[[ Records for the exercise open ]]

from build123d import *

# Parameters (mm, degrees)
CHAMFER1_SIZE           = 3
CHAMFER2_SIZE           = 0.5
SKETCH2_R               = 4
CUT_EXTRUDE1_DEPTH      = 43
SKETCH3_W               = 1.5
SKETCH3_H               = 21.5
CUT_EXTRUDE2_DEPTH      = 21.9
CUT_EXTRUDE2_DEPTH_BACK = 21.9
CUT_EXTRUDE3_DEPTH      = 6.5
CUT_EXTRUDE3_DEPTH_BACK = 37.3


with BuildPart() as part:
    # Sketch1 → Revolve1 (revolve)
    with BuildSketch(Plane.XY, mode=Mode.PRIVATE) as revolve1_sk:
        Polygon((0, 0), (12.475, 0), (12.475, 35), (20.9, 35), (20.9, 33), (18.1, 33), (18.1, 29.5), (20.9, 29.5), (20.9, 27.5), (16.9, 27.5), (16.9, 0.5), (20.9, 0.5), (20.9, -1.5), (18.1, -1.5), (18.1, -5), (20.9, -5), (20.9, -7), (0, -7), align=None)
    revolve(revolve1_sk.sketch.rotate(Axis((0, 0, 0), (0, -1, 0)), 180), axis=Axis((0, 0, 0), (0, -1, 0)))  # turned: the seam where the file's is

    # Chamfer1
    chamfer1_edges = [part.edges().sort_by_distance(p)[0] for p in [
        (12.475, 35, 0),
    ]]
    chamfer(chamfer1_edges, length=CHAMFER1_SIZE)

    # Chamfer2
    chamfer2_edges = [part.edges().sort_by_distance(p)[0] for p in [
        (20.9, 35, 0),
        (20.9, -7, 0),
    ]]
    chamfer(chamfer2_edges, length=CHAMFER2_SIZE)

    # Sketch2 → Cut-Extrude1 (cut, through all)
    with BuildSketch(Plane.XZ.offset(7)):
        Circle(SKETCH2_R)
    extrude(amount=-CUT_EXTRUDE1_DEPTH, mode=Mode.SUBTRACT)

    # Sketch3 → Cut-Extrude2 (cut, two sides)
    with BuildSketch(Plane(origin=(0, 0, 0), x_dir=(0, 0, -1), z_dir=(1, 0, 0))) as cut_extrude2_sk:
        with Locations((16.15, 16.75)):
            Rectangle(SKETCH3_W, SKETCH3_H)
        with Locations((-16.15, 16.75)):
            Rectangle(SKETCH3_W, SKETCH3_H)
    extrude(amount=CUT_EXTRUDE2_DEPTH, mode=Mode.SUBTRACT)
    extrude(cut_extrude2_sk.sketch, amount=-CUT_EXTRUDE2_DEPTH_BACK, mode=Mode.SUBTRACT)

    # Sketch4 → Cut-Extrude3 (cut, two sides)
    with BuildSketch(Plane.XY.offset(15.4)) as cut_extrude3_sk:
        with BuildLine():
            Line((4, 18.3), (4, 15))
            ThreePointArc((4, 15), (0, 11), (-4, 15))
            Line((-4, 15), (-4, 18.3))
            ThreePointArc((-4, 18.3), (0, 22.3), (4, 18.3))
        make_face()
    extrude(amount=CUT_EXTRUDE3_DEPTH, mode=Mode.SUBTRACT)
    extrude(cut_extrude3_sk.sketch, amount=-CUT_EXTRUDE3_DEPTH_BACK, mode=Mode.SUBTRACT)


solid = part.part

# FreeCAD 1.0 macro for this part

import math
import FreeCAD as App
import Part
import Sketcher

V = App.Vector


def edges_at(feature, points):
    """Names of the edges that pass closest to the given points."""
    edges = feature.Shape.Edges
    near = lambda p: min(range(len(edges)), key=lambda i: edges[i].distToShape(Part.Vertex(*p))[0])
    return sorted({f"Edge{near(p) + 1}" for p in points})


def add_polygon(sketch, points):
    """Adds a closed chain of lines whose ends are joined by coincident constraints."""
    first, n = sketch.GeometryCount, len(points)
    for a, b in zip(points, points[1:] + points[:1]):
        sketch.addGeometry(Part.LineSegment(App.Vector(*a, 0), App.Vector(*b, 0)), False)
    for i in range(n):
        sketch.addConstraint(Sketcher.Constraint("Coincident", first + i, 2, first + (i + 1) % n, 1))

doc = App.newDocument("Part")
body = doc.addObject("PartDesign::Body", "Body")

# Sketch on XY plane
sketch1 = doc.addObject("Sketcher::SketchObject", "Sketch")
body.addObject(sketch1)
sketch1.AttachmentSupport = (doc.XY_Plane, [""])
sketch1.MapMode = "FlatFace"
add_polygon(sketch1, [(12.5, 0), (0, 0), (0, -7), (20.9, -7), (20.9, -5), (18.1, -5), (18.1, -1.5), (20.9, -1.5), (20.9, 0.5), (16.9, 0.5), (16.9, 27.5), (20.9, 27.5), (20.9, 29.5), (18.1, 29.5), (18.1, 33), (20.9, 33), (20.9, 35), (12.5, 35)])  # lines 0-17
sketch1.addConstraint([
    Sketcher.Constraint("Horizontal", 0),
    Sketcher.Constraint("Vertical", 1),
    Sketcher.Constraint("Horizontal", 2),
    Sketcher.Constraint("Vertical", 3),
    Sketcher.Constraint("Horizontal", 4),
    Sketcher.Constraint("Vertical", 5),
    Sketcher.Constraint("Horizontal", 6),
    Sketcher.Constraint("Vertical", 7),
    Sketcher.Constraint("Horizontal", 8),
    Sketcher.Constraint("Vertical", 9),
    Sketcher.Constraint("Horizontal", 10),
    Sketcher.Constraint("Vertical", 11),
    Sketcher.Constraint("Horizontal", 12),
    Sketcher.Constraint("Vertical", 13),
    Sketcher.Constraint("Horizontal", 14),
    Sketcher.Constraint("Vertical", 15),
    Sketcher.Constraint("Horizontal", 16),
    Sketcher.Constraint("Vertical", 17),
    Sketcher.Constraint("Coincident", 0, 2, -1, 1),
    Sketcher.Constraint("Vertical", 3, 2, 6, 2),
    Sketcher.Constraint("Vertical", 7, 2, 10, 2),
    Sketcher.Constraint("Vertical", 5, 2, 12, 2),
    Sketcher.Constraint("Vertical", 11, 2, 14, 2),
    Sketcher.Constraint("Equal", 3, 7),
    Sketcher.Constraint("Equal", 7, 11),
    Sketcher.Constraint("Equal", 5, 13),
    Sketcher.Constraint("Equal", 11, 15),
    Sketcher.Constraint("DistanceX", 8, 2, 8, 1, 4.0),
    Sketcher.Constraint("DistanceY", 1, 2, 1, 1, 7.0),
    Sketcher.Constraint("DistanceY", 3, 1, 3, 2, 2.0),
    Sketcher.Constraint("DistanceY", 9, 1, 9, 2, 27.0),
    Sketcher.Constraint("DistanceY", 17, 2, 17, 1, 35.0),
    Sketcher.Constraint("DistanceX", 2, 1, 2, 2, 20.9),
    Sketcher.Constraint("DistanceX", 4, 2, 4, 1, 2.8),
    Sketcher.Constraint("DistanceX", 0, 2, 0, 1, 12.475),
])
revolution = doc.addObject("PartDesign::Revolution", "Revolution")
body.addObject(revolution)
revolution.Profile = sketch1
revolution.ReferenceAxis = (sketch1, ["V_Axis"])
revolution.Angle = 360
doc.recompute()

chamfer = doc.addObject("PartDesign::Chamfer", "Chamfer")
body.addObject(chamfer)
chamfer.Base = (revolution, edges_at(revolution, [(12.475, 35, 0)]))
chamfer.Size = 3
doc.recompute()

chamfer2 = doc.addObject("PartDesign::Chamfer", "Chamfer001")
body.addObject(chamfer2)
chamfer2.Base = (chamfer, edges_at(chamfer, [(20.9, 35, 0), (20.9, -7, 0)]))
chamfer2.Size = 0.5

# Sketch on XZ plane
sketch2 = doc.addObject("Sketcher::SketchObject", "Sketch001")
body.addObject(sketch2)
sketch2.AttachmentSupport = (doc.XZ_Plane, [""])
sketch2.MapMode = "FlatFace"
sketch2.AttachmentOffset = App.Placement(V(0, 0, 7), App.Rotation())
sketch2.addGeometry(Part.Circle(V(0, 0, 0), V(0, 0, 1), 4), False)
sketch2.addConstraint([
    Sketcher.Constraint("Coincident", 0, 3, -1, 1),
    Sketcher.Constraint("Diameter", 0, 8.0),
])
pocket1 = doc.addObject("PartDesign::Pocket", "Pocket")
body.addObject(pocket1)
pocket1.Profile = sketch2
pocket1.Type = "ThroughAll"

# Sketch on YZ plane
sketch3 = doc.addObject("Sketcher::SketchObject", "Sketch002")
body.addObject(sketch3)
sketch3.AttachmentSupport = (doc.YZ_Plane, [""])
sketch3.MapMode = "FlatFace"
add_polygon(sketch3, [(27.5, -15.4), (6, -15.4), (6, -16.9), (27.5, -16.9)])  # lines 0-3
add_polygon(sketch3, [(27.5, 16.9), (6, 16.9), (6, 15.4), (27.5, 15.4)])  # lines 4-7
sketch3.addConstraint([
    Sketcher.Constraint("Horizontal", 0),
    Sketcher.Constraint("Vertical", 1),
    Sketcher.Constraint("Horizontal", 2),
    Sketcher.Constraint("Vertical", 3),
    Sketcher.Constraint("Horizontal", 4),
    Sketcher.Constraint("Vertical", 5),
    Sketcher.Constraint("Horizontal", 6),
    Sketcher.Constraint("Vertical", 7),
    Sketcher.Constraint("Symmetric", 1, 2, 4, 2, -1),
    Sketcher.Constraint("Symmetric", 3, 2, 6, 2, -1),
    Sketcher.Constraint("DistanceX", 0, 2, 0, 1, 21.5),
    Sketcher.Constraint("DistanceY", 1, 2, 1, 1, 1.5),
    Sketcher.Constraint("DistanceX", -1, 1, 0, 2, 6.0),
    Sketcher.Constraint("DistanceY", 0, 2, -1, 1, 15.4),
])
pocket2 = doc.addObject("PartDesign::Pocket", "Pocket001")
body.addObject(pocket2)
pocket2.Profile = sketch3
pocket2.Type = "ThroughAll"
pocket2.Midplane = True

# Sketch on XY plane
sketch4 = doc.addObject("Sketcher::SketchObject", "Sketch003")
body.addObject(sketch4)
sketch4.AttachmentSupport = (doc.XY_Plane, [""])
sketch4.MapMode = "FlatFace"
sketch4.AttachmentOffset = App.Placement(V(0, 0, 15.4), App.Rotation())
sketch4.addGeometry([
    Part.LineSegment(V(4, 15, 0), V(4, 18.3, 0)),
    Part.ArcOfCircle(Part.Circle(V(0, 18.3, 0), V(0, 0, 1), 4), math.radians(0), math.radians(180)),
    Part.LineSegment(V(-4, 18.3, 0), V(-4, 15, 0)),
    Part.ArcOfCircle(Part.Circle(V(0, 15, 0), V(0, 0, 1), 4), math.radians(180), math.radians(360)),
], False)
sketch4.addConstraint([
    Sketcher.Constraint("Tangent", 0, 2, 1, 1),
    Sketcher.Constraint("Tangent", 1, 2, 2, 1),
    Sketcher.Constraint("Tangent", 2, 2, 3, 1),
    Sketcher.Constraint("Tangent", 3, 2, 0, 1),
    Sketcher.Constraint("Vertical", 0),
    Sketcher.Constraint("Vertical", 2),
    Sketcher.Constraint("PointOnObject", 1, 3, -2),
    Sketcher.Constraint("Radius", 1, 4.0),
    Sketcher.Constraint("DistanceY", 0, 1, 0, 2, 3.3),
    Sketcher.Constraint("DistanceY", -1, 1, 3, 3, 15.0),
])
pocket3 = doc.addObject("PartDesign::Pocket", "Pocket002")
body.addObject(pocket3)
pocket3.Profile = sketch4
pocket3.Type = "ThroughAll"
pocket3.Midplane = True

doc.recompute()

[[ Records for the exercise closed ]]

Task brief: Some lines above contain the word "amount". Copy each of them.

Task solution:
    extrude(amount=-CUT_EXTRUDE1_DEPTH, mode=Mode.SUBTRACT)
    extrude(amount=CUT_EXTRUDE2_DEPTH, mode=Mode.SUBTRACT)
    extrude(cut_extrude2_sk.sketch, amount=-CUT_EXTRUDE2_DEPTH_BACK, mode=Mode.SUBTRACT)
    extrude(amount=CUT_EXTRUDE3_DEPTH, mode=Mode.SUBTRACT)
    extrude(cut_extrude3_sk.sketch, amount=-CUT_EXTRUDE3_DEPTH_BACK, mode=Mode.SUBTRACT)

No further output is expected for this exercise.